# safe paint



## ikikata

hi
im building a cage for my degu's and was wondering if anyone knew any safe, wipeable paint i could use. i cant't find anywhere that does animal safe paint but my friend told me that i can use child friendly paint that people use to paint baby toys, that their babies will chew.
thanks


----------



## Midnight

I really don't know i have 9 Degu's and always use safe wood that is natural ..i sure wouldn't paint it ...


----------



## ikikata

The cage im building is 5 ft by 3 ft so i cant really buy it in pine because it would cost a fortune.
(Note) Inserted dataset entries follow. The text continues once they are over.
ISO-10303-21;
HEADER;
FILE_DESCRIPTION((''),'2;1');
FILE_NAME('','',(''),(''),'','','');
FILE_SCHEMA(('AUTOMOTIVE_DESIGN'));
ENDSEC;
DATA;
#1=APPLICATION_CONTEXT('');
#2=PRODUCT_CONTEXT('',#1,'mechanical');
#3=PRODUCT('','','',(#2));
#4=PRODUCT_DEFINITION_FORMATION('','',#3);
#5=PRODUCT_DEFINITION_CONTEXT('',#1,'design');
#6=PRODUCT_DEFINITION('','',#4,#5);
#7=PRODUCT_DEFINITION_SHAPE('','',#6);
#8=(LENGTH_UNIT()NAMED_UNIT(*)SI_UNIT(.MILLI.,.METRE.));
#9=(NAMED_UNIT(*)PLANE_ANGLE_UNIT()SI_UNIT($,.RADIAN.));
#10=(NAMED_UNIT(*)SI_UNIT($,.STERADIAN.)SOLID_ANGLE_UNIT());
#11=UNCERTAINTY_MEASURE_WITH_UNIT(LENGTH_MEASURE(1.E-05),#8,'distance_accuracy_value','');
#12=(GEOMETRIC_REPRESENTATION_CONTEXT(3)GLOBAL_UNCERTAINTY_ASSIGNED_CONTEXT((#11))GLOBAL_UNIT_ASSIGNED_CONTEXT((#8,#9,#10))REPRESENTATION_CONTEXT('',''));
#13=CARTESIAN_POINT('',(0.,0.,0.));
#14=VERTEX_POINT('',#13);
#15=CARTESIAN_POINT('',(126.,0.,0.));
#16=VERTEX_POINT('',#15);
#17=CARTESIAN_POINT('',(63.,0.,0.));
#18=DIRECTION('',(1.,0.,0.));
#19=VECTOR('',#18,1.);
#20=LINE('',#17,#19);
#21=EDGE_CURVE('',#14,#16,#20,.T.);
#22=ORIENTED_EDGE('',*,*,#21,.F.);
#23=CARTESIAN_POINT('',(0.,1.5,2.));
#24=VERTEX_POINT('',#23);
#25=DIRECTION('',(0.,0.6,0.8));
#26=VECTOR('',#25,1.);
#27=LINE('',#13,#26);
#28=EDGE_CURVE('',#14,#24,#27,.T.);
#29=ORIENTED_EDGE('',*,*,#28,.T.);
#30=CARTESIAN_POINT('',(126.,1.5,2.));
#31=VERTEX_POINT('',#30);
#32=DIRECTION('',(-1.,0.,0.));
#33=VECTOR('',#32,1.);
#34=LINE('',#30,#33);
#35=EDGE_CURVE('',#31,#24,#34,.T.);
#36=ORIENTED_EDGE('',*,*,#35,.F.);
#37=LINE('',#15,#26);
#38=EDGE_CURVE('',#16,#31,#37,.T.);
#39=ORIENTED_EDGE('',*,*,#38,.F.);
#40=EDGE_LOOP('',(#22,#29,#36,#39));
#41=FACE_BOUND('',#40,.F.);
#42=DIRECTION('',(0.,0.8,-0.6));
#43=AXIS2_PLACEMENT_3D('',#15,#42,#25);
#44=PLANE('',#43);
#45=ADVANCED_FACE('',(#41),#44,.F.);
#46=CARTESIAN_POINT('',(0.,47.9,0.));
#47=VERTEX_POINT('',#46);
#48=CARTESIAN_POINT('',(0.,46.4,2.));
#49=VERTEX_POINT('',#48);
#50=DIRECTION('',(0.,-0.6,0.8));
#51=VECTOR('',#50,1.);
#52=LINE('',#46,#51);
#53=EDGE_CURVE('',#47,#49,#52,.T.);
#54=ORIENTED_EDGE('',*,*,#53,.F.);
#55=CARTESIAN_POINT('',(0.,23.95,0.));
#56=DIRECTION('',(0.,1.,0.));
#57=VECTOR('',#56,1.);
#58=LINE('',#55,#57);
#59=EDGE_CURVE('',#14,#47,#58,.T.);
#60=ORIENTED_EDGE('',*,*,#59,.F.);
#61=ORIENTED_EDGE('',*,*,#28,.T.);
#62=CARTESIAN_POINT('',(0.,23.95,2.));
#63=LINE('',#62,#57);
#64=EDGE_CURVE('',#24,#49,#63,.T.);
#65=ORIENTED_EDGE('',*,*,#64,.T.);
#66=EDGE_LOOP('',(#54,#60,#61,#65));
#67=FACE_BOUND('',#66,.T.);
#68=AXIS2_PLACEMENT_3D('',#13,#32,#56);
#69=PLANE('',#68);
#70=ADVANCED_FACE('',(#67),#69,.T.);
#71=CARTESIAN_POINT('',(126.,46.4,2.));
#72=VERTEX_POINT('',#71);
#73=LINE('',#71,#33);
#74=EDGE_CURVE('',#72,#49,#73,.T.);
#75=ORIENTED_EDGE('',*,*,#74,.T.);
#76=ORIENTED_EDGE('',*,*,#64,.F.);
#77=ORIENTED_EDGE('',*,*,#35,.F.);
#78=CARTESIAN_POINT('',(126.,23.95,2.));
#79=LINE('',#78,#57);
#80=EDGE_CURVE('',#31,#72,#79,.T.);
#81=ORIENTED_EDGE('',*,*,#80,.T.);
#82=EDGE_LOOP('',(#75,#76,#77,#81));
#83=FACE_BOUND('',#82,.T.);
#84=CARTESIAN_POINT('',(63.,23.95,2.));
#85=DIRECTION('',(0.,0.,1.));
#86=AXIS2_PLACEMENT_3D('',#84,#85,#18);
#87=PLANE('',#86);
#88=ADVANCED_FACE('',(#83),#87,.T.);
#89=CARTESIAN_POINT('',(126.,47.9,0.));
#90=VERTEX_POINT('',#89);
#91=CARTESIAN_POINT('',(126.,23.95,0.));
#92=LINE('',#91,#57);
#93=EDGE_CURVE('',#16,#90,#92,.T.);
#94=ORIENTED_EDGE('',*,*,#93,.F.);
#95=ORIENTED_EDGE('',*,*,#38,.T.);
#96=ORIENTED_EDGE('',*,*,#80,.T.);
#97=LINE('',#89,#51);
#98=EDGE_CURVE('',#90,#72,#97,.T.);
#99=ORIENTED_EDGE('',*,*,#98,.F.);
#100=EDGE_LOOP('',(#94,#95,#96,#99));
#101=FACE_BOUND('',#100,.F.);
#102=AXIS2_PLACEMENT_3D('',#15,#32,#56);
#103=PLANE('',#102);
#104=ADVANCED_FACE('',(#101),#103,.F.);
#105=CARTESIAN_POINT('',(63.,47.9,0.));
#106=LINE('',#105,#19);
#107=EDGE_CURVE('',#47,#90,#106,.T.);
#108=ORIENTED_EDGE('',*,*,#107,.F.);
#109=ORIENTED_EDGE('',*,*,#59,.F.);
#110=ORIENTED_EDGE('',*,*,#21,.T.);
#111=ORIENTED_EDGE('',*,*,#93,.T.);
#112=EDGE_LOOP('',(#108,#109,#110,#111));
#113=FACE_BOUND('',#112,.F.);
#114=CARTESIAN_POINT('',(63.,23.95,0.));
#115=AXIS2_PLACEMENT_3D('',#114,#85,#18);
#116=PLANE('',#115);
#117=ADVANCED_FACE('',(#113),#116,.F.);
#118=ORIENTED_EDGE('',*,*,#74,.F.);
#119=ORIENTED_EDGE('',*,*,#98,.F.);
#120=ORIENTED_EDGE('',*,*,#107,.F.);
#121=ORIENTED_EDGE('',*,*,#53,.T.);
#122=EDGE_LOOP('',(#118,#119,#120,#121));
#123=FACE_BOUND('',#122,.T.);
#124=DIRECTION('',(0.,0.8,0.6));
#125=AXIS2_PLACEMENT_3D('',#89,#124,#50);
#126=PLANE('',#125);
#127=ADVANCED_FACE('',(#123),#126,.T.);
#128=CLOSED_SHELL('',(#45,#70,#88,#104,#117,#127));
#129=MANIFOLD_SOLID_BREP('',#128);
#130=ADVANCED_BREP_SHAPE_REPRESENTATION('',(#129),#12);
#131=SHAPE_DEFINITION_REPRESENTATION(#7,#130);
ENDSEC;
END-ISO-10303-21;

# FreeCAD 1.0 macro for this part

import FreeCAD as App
import Part
import Sketcher
from FreeCAD import Vector

doc = App.newDocument("Part")
params = doc.addObject("Spreadsheet::Sheet", "Params")
for row, (alias, value) in enumerate([
    ("sketch1_width", "126 mm"),
    ("sketch1_height", "47.9 mm"),
    ("pad1_length", "2 mm"),
    ("sketch2_height", "2 mm"),
    ("sketch2_width", "1.5 mm"),
    ("pocket1_length", "126 mm"),
], start=1):
    params.set(f"A{row}", alias)
    params.set(f"B{row}", "=" + value)
    params.setAlias(f"B{row}", alias)

body = doc.addObject("PartDesign::Body", "Body")

sketch1 = body.newObject("Sketcher::SketchObject", "Sketch")
sketch1.AttachmentSupport = (doc.getObject("XY_Plane"), [""])
sketch1.MapMode = "FlatFace"
sketch1.addGeometry([
    Part.LineSegment(Vector(0, 47.9, 0), Vector(0, 0, 0)),
    Part.LineSegment(Vector(0, 0, 0), Vector(126, 0, 0)),
    Part.LineSegment(Vector(126, 0, 0), Vector(126, 47.9, 0)),
    Part.LineSegment(Vector(126, 47.9, 0), Vector(0, 47.9, 0)),
], False)
sketch1.addConstraint([
    Sketcher.Constraint("Coincident", 0, 2, 1, 1),
    Sketcher.Constraint("Coincident", 1, 2, 2, 1),
    Sketcher.Constraint("Coincident", 2, 2, 3, 1),
    Sketcher.Constraint("Coincident", 3, 2, 0, 1),
    Sketcher.Constraint("Vertical", 0),
    Sketcher.Constraint("Horizontal", 1),
    Sketcher.Constraint("Vertical", 2),
    Sketcher.Constraint("Horizontal", 3),
    Sketcher.Constraint("Coincident", 0, 2, -1, 1),
    Sketcher.Constraint("DistanceX", 1, 1, 1, 2, 126.0),
    Sketcher.Constraint("DistanceY", 0, 2, 0, 1, 47.9),
])
sketch1.setExpression("Constraints[9]", "Params.sketch1_width")
sketch1.setExpression("Constraints[10]", "Params.sketch1_height")
pad1 = body.newObject("PartDesign::Pad", "Pad")
pad1.Profile = sketch1
pad1.setExpression("Length", "Params.pad1_length")

sketch2 = body.newObject("Sketcher::SketchObject", "Sketch001")
sketch2.AttachmentSupport = (doc.getObject("YZ_Plane"), [""])
sketch2.MapMode = "FlatFace"
sketch2.AttachmentOffset = App.Placement(Vector(0, 0, 126), App.Rotation())
sketch2.addGeometry([
    Part.LineSegment(Vector(0, 0, 0), Vector(1.5, 2, 0)),
    Part.LineSegment(Vector(1.5, 2, 0), Vector(0, 2, 0)),
    Part.LineSegment(Vector(0, 2, 0), Vector(0, 0, 0)),
    Part.LineSegment(Vector(47.9, 2, 0), Vector(46.4, 2, 0)),
    Part.LineSegment(Vector(46.4, 2, 0), Vector(47.9, 0, 0)),
    Part.LineSegment(Vector(47.9, 0, 0), Vector(47.9, 2, 0)),
], False)
sketch2.addConstraint([
    Sketcher.Constraint("Coincident", 0, 2, 1, 1),
    Sketcher.Constraint("Coincident", 1, 2, 2, 1),
    Sketcher.Constraint("Coincident", 2, 2, 0, 1),
    Sketcher.Constraint("Coincident", 3, 2, 4, 1),
    Sketcher.Constraint("Coincident", 4, 2, 5, 1),
    Sketcher.Constraint("Coincident", 5, 2, 3, 1),
    Sketcher.Constraint("Horizontal", 1),
    Sketcher.Constraint("Vertical", 2),
    Sketcher.Constraint("Horizontal", 3),
    Sketcher.Constraint("Vertical", 5),
    Sketcher.Constraint("Coincident", 2, 2, -1, 1),
    Sketcher.Constraint("PointOnObject", 4, 2, -1),
    Sketcher.Constraint("Horizontal", 1, 2, 3, 2),
    Sketcher.Constraint("Equal", 1, 3),
    Sketcher.Constraint("DistanceY", 2, 2, 2, 1, 2.0),
    Sketcher.Constraint("DistanceX", 1, 2, 1, 1, 1.5),
    Sketcher.Constraint("DistanceX", -1, 1, 3, 2, 46.4),
])
sketch2.setExpression("Constraints[14]", "Params.sketch2_height")
sketch2.setExpression("Constraints[15]", "Params.sketch2_width")
pocket1 = body.newObject("PartDesign::Pocket", "Pocket")
pocket1.Profile = sketch2
pocket1.setExpression("Length", "Params.pocket1_length")

doc.recompute()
So someone told me that they bulid there cage for their chins and goo's out of mdf then paint it with safe paint then put mesh over the sides, this way they cant chew it and its wipeable.


----------



## srhdufe

ikikata said:


> hi
> im building a cage for my degu's and was wondering if anyone knew any safe, wipeable paint i could use. i cant't find anywhere that does animal safe paint but my friend told me that i can use child friendly paint that people use to paint baby toys, that their babies will chew.
> thanks


Pets at home sell animal safe hutch and cage stain... Its about £5 a can


----------



## ikikata

kl, thanks ill check it out


----------



## ikikata

can i put it over paint?


----------



## srhdufe

not sure... have a look on the tin


----------



## ikikata

kk, thanks


----------



## ikikata

i've found the perfect solution! Im going to do a undrcoat, then paint it a cream colour then put a wipeable gloss finish on it! (which is made for children toys, so it should be safe!)
this is the link, check it out and tell me what you think 

"International" International Japlac High Gloss Finish at Focus


----------



## srhdufe

Should be ok


----------



## ikikata

yay!


----------